'''
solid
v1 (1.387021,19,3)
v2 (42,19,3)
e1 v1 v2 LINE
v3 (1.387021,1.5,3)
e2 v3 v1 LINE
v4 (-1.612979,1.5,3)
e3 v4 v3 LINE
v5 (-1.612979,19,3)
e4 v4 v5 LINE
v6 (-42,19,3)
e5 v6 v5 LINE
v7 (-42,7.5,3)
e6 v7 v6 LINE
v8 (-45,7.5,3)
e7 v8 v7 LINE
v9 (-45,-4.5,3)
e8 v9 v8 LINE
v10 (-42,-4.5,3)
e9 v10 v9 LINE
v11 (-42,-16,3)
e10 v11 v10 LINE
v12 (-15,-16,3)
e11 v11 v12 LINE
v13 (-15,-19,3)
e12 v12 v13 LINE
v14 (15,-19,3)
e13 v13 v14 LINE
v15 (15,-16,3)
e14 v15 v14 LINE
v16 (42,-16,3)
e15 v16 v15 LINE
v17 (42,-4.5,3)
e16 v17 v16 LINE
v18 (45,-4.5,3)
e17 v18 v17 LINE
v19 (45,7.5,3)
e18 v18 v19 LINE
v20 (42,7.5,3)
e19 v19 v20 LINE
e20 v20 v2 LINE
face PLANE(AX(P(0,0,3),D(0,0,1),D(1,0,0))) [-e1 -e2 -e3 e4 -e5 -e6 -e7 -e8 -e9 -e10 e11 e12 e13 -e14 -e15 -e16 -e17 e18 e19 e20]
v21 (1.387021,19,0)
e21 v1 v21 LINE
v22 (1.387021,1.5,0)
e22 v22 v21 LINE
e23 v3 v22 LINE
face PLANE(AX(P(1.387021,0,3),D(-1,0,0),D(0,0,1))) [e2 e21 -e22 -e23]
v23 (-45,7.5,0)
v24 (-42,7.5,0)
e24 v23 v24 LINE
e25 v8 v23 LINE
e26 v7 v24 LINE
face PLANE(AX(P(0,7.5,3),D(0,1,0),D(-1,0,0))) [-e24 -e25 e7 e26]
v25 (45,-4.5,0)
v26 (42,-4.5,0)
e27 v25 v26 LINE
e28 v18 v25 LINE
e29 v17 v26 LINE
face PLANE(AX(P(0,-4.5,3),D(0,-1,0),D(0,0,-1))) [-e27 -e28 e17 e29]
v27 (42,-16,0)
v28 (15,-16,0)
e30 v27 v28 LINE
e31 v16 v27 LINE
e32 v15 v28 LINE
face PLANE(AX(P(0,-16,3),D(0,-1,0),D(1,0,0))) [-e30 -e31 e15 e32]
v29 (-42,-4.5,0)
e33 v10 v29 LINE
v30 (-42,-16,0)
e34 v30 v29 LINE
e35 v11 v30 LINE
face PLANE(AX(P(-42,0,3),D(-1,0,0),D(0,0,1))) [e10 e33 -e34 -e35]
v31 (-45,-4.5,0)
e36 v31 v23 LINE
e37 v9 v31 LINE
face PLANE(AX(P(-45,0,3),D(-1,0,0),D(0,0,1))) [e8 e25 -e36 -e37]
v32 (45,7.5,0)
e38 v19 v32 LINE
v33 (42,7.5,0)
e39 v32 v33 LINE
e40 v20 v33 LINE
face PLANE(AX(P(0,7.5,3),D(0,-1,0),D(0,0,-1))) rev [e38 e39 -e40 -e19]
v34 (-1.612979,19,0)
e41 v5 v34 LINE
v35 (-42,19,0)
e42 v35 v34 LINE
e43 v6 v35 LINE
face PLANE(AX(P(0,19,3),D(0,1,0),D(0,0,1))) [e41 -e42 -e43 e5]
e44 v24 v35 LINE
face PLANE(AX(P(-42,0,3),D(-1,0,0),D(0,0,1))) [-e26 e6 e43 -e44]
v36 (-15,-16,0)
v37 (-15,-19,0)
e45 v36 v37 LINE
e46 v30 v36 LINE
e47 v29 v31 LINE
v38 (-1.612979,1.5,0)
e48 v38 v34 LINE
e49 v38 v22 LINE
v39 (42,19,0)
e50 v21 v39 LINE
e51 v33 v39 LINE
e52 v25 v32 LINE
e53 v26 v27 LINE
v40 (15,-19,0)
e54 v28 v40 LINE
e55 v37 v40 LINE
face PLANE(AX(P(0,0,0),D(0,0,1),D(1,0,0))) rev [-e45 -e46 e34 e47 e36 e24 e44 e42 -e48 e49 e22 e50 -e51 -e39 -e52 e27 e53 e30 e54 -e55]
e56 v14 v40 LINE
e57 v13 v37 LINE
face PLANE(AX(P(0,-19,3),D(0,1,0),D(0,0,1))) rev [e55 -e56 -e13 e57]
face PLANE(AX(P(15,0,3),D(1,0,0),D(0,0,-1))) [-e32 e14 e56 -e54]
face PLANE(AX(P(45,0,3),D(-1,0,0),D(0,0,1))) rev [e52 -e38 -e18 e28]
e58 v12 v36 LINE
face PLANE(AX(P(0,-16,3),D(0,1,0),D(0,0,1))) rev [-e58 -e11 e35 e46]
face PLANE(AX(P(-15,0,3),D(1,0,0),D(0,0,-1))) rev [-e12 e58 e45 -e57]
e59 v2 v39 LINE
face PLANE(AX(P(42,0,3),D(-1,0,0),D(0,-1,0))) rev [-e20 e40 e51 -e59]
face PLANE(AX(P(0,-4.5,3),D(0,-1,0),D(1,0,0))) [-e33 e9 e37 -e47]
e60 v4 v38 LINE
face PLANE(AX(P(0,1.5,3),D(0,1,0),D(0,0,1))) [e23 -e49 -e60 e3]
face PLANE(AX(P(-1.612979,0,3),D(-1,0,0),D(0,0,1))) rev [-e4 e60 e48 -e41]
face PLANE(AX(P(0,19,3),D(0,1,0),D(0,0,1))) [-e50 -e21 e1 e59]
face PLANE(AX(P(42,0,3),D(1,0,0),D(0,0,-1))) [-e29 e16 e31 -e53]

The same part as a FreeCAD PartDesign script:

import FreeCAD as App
import Part
import Sketcher
from FreeCAD import Vector
Q = App.Units.Quantity


def add_polygon(sketch, points):
    """Adds a closed chain of lines whose ends are joined by coincident constraints."""
    first, n = sketch.GeometryCount, len(points)
    for a, b in zip(points, points[1:] + points[:1]):
        sketch.addGeometry(Part.LineSegment(App.Vector(*a, 0), App.Vector(*b, 0)), False)
    for i in range(n):
        sketch.addConstraint(Sketcher.Constraint("Coincident", first + i, 2, first + (i + 1) % n, 1))

doc = App.newDocument("Part")
body = doc.addObject("PartDesign::Body", "Body")

sketch1 = body.newObject("Sketcher::SketchObject", "Sketch")
sketch1.AttachmentSupport = (doc.getObject("XY_Plane"), [""])
sketch1.MapMode = "FlatFace"
add_polygon(sketch1, [(-42, -4.5), (-42, -16), (-15, -16), (-15, -19), (15, -19), (15, -16), (42, -16), (42, -4.5), (45, -4.5), (45, 7.5), (42, 7.5), (42, 19), (1.4, 19), (1.4, 1.5), (-1.6, 1.5), (-1.6, 19), (-42, 19), (-42, 7.5), (-45, 7.5), (-45, -4.5)])
sketch1.addConstraint(Sketcher.Constraint("Vertical", 0))
sketch1.addConstraint(Sketcher.Constraint("Horizontal", 1))
sketch1.addConstraint(Sketcher.Constraint("Vertical", 2))
sketch1.addConstraint(Sketcher.Constraint("Horizontal", 3))
sketch1.addConstraint(Sketcher.Constraint("Vertical", 4))
sketch1.addConstraint(Sketcher.Constraint("Horizontal", 5))
sketch1.addConstraint(Sketcher.Constraint("Vertical", 6))
sketch1.addConstraint(Sketcher.Constraint("Horizontal", 7))
sketch1.addConstraint(Sketcher.Constraint("Vertical", 8))
sketch1.addConstraint(Sketcher.Constraint("Horizontal", 9))
sketch1.addConstraint(Sketcher.Constraint("Vertical", 10))
sketch1.addConstraint(Sketcher.Constraint("Horizontal", 11))
sketch1.addConstraint(Sketcher.Constraint("Vertical", 12))
sketch1.addConstraint(Sketcher.Constraint("Horizontal", 13))
sketch1.addConstraint(Sketcher.Constraint("Vertical", 14))
sketch1.addConstraint(Sketcher.Constraint("Horizontal", 15))
sketch1.addConstraint(Sketcher.Constraint("Vertical", 16))
sketch1.addConstraint(Sketcher.Constraint("Horizontal", 17))
sketch1.addConstraint(Sketcher.Constraint("Vertical", 18))
sketch1.addConstraint(Sketcher.Constraint("Horizontal", 19))
sketch1.addConstraint(Sketcher.Constraint("Symmetric", 1, 2, 4, 2, -2))
sketch1.addConstraint(Sketcher.Constraint("Symmetric", 10, 2, 15, 2, -2))
sketch1.addConstraint(Sketcher.Constraint("Symmetric", 8, 2, 17, 2, -2))
sketch1.addConstraint(Sketcher.Constraint("Symmetric", 6, 2, 19, 2, -2))
sketch1.addConstraint(Sketcher.Constraint("Vertical", 6, 2, 9, 2))
sketch1.addConstraint(Sketcher.Constraint("Equal", 9, 13))
sketch1.addConstraint(Sketcher.Constraint("Equal", 19, 2))
sketch1.addConstraint(Sketcher.Constraint("Equal", 6, 10))
sketch1.addConstraint(Sketcher.Constraint("DistanceX", 1, 1, 1, 2, Q("27 mm")))
sketch1.addConstraint(Sketcher.Constraint("DistanceX", 3, 1, 3, 2, Q("30 mm")))
sketch1.addConstraint(Sketcher.Constraint("DistanceX", 7, 1, 7, 2, Q("3 mm")))
sketch1.addConstraint(Sketcher.Constraint("DistanceY", 8, 1, 8, 2, Q("12 mm")))
sketch1.addConstraint(Sketcher.Constraint("DistanceY", 0, 2, 0, 1, Q("11.5 mm")))
sketch1.addConstraint(Sketcher.Constraint("DistanceY", 12, 2, 12, 1, Q("17.5 mm")))
sketch1.addConstraint(Sketcher.Constraint("DistanceY", 0, 2, -1, 1, Q("16 mm")))
sketch1.addConstraint(Sketcher.Constraint("DistanceX", 11, 2, 11, 1, Q("40.612979 mm")))
pad1 = body.newObject("PartDesign::Pad", "Pad")
pad1.Profile = sketch1
pad1.Length = 3

doc.recompute()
'''
Task goal
Lines wanted from the listing above: the line with "e49 v38 v22 LINE" up to and including the line with "The same part". Please write them out exactly, adding nothing else.

Exercise output
e49 v38 v22 LINE
v39 (42,19,0)
e50 v21 v39 LINE
e51 v33 v39 LINE
e52 v25 v32 LINE
e53 v26 v27 LINE
v40 (15,-19,0)
e54 v28 v40 LINE
e55 v37 v40 LINE
face PLANE(AX(P(0,0,0),D(0,0,1),D(1,0,0))) rev [-e45 -e46 e34 e47 e36 e24 e44 e42 -e48 e49 e22 e50 -e51 -e39 -e52 e27 e53 e30 e54 -e55]
e56 v14 v40 LINE
e57 v13 v37 LINE
face PLANE(AX(P(0,-19,3),D(0,1,0),D(0,0,1))) rev [e55 -e56 -e13 e57]
face PLANE(AX(P(15,0,3),D(1,0,0),D(0,0,-1))) [-e32 e14 e56 -e54]
face PLANE(AX(P(45,0,3),D(-1,0,0),D(0,0,1))) rev [e52 -e38 -e18 e28]
e58 v12 v36 LINE
face PLANE(AX(P(0,-16,3),D(0,1,0),D(0,0,1))) rev [-e58 -e11 e35 e46]
face PLANE(AX(P(-15,0,3),D(1,0,0),D(0,0,-1))) rev [-e12 e58 e45 -e57]
e59 v2 v39 LINE
face PLANE(AX(P(42,0,3),D(-1,0,0),D(0,-1,0))) rev [-e20 e40 e51 -e59]
face PLANE(AX(P(0,-4.5,3),D(0,-1,0),D(1,0,0))) [-e33 e9 e37 -e47]
e60 v4 v38 LINE
face PLANE(AX(P(0,1.5,3),D(0,1,0),D(0,0,1))) [e23 -e49 -e60 e3]
face PLANE(AX(P(-1.612979,0,3),D(-1,0,0),D(0,0,1))) rev [-e4 e60 e48 -e41]
face PLANE(AX(P(0,19,3),D(0,1,0),D(0,0,1))) [-e50 -e21 e1 e59]
face PLANE(AX(P(42,0,3),D(1,0,0),D(0,0,-1))) [-e29 e16 e31 -e53]

The same part as a FreeCAD PartDesign script:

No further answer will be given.